Problem requirements -> Each line starting at the one that contains "#252=LINE('',#251,#48);" and ending at the one that contains "#268=LINE('',#262,#18);" must be returned exactly, and the rest of the listing is left out.

Data records ->
• • • • •

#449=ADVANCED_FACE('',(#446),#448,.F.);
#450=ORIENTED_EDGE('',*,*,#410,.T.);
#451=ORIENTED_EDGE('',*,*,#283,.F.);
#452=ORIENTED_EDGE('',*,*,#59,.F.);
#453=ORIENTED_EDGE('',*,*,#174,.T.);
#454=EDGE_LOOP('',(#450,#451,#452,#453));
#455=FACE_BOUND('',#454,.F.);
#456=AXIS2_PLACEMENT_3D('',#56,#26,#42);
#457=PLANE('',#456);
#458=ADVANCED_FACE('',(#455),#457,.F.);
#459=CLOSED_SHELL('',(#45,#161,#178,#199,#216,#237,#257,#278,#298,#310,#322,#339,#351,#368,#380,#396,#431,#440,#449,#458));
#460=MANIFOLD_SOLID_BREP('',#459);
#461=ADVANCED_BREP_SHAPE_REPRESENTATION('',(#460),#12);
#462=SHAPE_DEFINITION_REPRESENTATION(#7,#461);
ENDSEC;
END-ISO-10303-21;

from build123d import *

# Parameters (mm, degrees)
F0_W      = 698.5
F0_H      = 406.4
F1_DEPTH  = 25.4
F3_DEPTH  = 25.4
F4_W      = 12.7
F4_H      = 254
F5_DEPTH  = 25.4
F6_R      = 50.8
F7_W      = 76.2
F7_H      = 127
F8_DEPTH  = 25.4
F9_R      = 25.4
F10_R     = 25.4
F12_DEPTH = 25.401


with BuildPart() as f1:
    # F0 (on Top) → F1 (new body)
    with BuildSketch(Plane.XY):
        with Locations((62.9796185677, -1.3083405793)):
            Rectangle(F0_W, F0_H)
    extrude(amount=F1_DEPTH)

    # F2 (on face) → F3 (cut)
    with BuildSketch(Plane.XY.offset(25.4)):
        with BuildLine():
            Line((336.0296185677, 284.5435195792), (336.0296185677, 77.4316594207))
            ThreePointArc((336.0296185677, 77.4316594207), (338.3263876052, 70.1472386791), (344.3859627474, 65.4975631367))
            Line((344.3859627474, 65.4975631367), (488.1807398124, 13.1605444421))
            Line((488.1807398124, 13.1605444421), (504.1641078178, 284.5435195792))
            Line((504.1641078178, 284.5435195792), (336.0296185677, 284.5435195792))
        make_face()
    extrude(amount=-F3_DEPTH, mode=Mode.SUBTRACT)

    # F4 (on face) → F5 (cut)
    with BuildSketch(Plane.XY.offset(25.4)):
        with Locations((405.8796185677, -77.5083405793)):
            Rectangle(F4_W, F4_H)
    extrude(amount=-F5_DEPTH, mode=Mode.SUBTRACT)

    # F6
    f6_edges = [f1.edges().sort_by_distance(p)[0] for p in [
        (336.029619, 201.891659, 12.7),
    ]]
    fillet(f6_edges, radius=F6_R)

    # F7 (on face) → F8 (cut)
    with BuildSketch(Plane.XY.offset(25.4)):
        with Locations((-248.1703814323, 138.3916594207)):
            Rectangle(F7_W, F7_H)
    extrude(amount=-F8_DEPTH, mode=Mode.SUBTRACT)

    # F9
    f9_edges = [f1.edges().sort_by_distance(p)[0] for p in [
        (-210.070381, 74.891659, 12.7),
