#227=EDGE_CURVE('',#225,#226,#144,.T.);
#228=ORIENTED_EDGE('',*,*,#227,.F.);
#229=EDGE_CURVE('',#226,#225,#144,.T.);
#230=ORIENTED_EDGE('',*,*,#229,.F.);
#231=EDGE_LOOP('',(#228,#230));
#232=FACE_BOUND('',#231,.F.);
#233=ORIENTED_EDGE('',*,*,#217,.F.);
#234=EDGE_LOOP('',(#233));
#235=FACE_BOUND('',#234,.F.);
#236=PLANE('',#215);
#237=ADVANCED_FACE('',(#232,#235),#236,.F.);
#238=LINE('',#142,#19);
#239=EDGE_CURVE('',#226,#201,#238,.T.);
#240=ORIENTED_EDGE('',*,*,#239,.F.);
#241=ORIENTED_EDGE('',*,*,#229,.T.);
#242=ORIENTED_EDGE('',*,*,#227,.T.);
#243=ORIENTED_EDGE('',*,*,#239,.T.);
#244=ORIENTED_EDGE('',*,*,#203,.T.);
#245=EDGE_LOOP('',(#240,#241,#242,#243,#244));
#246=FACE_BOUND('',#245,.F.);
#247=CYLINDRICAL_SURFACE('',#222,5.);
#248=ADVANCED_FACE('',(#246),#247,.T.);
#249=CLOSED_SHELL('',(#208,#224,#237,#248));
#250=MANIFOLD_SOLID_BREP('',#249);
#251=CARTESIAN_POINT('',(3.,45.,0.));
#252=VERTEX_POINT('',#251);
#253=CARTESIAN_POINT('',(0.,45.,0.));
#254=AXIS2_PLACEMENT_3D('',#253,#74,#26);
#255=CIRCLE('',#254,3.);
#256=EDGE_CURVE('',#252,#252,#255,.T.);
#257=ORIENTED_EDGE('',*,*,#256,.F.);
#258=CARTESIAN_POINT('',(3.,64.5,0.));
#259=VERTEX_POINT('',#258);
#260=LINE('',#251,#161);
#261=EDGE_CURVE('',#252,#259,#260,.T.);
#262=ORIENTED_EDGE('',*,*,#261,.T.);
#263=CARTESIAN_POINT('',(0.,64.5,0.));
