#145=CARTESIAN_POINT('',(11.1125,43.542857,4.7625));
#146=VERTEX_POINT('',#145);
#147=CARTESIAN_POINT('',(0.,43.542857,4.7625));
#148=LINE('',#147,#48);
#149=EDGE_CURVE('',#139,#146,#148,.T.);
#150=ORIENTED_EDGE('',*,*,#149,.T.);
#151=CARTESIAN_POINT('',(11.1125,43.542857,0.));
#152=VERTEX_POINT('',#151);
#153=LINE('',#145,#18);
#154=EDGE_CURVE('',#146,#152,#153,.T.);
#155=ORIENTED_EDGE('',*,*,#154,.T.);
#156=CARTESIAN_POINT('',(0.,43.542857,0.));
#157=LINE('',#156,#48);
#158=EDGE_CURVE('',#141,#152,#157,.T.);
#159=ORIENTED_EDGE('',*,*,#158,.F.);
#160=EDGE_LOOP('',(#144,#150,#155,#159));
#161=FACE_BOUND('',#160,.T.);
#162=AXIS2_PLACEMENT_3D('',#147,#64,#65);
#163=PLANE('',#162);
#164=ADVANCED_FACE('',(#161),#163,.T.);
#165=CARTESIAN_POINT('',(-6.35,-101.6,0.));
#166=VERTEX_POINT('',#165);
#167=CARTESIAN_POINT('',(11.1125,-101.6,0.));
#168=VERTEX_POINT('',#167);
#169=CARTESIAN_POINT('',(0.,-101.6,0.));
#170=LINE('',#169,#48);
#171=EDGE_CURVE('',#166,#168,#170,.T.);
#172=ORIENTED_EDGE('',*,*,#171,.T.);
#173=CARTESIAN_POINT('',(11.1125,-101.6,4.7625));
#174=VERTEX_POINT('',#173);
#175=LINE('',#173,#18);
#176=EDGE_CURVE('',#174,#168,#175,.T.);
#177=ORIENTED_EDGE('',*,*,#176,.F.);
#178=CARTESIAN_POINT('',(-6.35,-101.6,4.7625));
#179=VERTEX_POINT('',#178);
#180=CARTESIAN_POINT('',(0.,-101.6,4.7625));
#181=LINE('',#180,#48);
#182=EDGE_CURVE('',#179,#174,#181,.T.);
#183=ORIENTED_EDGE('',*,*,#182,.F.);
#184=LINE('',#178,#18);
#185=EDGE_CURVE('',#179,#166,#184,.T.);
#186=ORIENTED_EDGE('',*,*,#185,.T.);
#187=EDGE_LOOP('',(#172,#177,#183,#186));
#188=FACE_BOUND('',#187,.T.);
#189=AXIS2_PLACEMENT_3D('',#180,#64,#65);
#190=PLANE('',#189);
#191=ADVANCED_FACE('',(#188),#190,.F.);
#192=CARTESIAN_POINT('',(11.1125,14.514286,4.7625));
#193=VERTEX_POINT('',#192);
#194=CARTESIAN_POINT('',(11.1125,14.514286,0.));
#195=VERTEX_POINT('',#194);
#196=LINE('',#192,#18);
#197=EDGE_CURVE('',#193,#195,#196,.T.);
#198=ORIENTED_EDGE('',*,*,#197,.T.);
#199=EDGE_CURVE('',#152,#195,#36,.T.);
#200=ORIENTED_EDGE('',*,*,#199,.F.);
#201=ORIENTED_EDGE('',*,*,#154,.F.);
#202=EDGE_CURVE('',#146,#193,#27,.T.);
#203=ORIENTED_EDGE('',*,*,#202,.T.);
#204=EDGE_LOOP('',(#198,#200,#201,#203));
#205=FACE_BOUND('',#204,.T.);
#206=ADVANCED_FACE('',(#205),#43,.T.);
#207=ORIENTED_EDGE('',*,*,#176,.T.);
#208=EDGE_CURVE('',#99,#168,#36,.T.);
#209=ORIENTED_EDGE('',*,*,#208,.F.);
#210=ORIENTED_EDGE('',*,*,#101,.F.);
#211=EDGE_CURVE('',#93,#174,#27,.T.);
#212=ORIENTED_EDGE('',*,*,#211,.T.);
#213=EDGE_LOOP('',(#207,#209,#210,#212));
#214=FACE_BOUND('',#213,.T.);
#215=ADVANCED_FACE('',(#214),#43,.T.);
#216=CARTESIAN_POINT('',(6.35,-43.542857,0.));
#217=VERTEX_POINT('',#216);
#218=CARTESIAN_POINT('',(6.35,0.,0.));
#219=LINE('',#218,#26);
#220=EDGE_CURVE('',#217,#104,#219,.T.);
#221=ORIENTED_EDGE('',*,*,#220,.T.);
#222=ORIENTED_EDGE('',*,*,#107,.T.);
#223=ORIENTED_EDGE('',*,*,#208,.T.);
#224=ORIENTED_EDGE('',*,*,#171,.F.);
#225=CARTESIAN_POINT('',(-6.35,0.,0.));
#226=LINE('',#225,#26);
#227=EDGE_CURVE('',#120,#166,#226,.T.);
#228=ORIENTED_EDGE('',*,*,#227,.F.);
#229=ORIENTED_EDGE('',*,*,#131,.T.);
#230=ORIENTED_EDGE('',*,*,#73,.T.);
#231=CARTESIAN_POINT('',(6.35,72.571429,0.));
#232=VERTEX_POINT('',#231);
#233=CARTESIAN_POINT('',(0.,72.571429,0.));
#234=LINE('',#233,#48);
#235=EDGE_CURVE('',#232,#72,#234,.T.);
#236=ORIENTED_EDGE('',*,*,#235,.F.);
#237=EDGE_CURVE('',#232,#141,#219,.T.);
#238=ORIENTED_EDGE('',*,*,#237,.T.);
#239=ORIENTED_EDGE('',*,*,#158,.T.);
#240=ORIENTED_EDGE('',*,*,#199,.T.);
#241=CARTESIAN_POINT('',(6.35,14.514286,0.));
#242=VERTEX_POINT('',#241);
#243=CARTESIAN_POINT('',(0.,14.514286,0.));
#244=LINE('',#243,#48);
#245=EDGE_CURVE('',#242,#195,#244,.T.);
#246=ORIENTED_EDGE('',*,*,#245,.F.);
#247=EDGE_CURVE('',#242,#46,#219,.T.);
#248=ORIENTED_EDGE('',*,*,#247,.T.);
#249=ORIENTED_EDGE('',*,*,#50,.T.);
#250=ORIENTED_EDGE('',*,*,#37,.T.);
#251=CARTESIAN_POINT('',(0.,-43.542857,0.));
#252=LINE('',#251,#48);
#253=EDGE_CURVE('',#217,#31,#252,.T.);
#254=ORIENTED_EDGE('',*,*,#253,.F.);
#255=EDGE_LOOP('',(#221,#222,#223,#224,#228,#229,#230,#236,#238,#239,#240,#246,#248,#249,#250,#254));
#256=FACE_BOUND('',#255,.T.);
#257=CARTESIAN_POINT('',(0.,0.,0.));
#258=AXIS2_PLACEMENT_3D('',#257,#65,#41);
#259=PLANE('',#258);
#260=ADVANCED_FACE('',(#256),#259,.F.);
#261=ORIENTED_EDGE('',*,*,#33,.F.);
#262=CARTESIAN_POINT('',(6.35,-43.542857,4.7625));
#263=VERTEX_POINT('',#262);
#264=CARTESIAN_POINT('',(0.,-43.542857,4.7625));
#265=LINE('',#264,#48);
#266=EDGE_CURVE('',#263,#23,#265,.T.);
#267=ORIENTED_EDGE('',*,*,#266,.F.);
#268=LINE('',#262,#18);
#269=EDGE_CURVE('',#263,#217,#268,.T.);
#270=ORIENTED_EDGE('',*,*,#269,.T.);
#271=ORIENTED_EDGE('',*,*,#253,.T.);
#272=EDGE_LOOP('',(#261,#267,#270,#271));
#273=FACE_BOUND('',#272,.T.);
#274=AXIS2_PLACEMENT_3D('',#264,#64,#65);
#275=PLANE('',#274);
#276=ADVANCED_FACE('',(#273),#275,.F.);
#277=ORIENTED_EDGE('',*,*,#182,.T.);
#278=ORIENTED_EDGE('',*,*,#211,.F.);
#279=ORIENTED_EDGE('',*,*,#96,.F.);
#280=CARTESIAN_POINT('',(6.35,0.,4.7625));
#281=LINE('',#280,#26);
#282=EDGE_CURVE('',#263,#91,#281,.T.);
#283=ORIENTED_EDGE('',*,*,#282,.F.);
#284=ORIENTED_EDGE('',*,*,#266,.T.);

• • • • •

Result ->
#252=LINE('',#251,#48);
#253=EDGE_CURVE('',#217,#31,#252,.T.);
#254=ORIENTED_EDGE('',*,*,#253,.F.);
#255=EDGE_LOOP('',(#221,#222,#223,#224,#228,#229,#230,#236,#238,#239,#240,#246,#248,#249,#250,#254));
#256=FACE_BOUND('',#255,.T.);
#257=CARTESIAN_POINT('',(0.,0.,0.));
#258=AXIS2_PLACEMENT_3D('',#257,#65,#41);
#259=PLANE('',#258);
#260=ADVANCED_FACE('',(#256),#259,.F.);
#261=ORIENTED_EDGE('',*,*,#33,.F.);
#262=CARTESIAN_POINT('',(6.35,-43.542857,4.7625));
#263=VERTEX_POINT('',#262);
#264=CARTESIAN_POINT('',(0.,-43.542857,4.7625));
#265=LINE('',#264,#48);
#266=EDGE_CURVE('',#263,#23,#265,.T.);
#267=ORIENTED_EDGE('',*,*,#266,.F.);
#268=LINE('',#262,#18);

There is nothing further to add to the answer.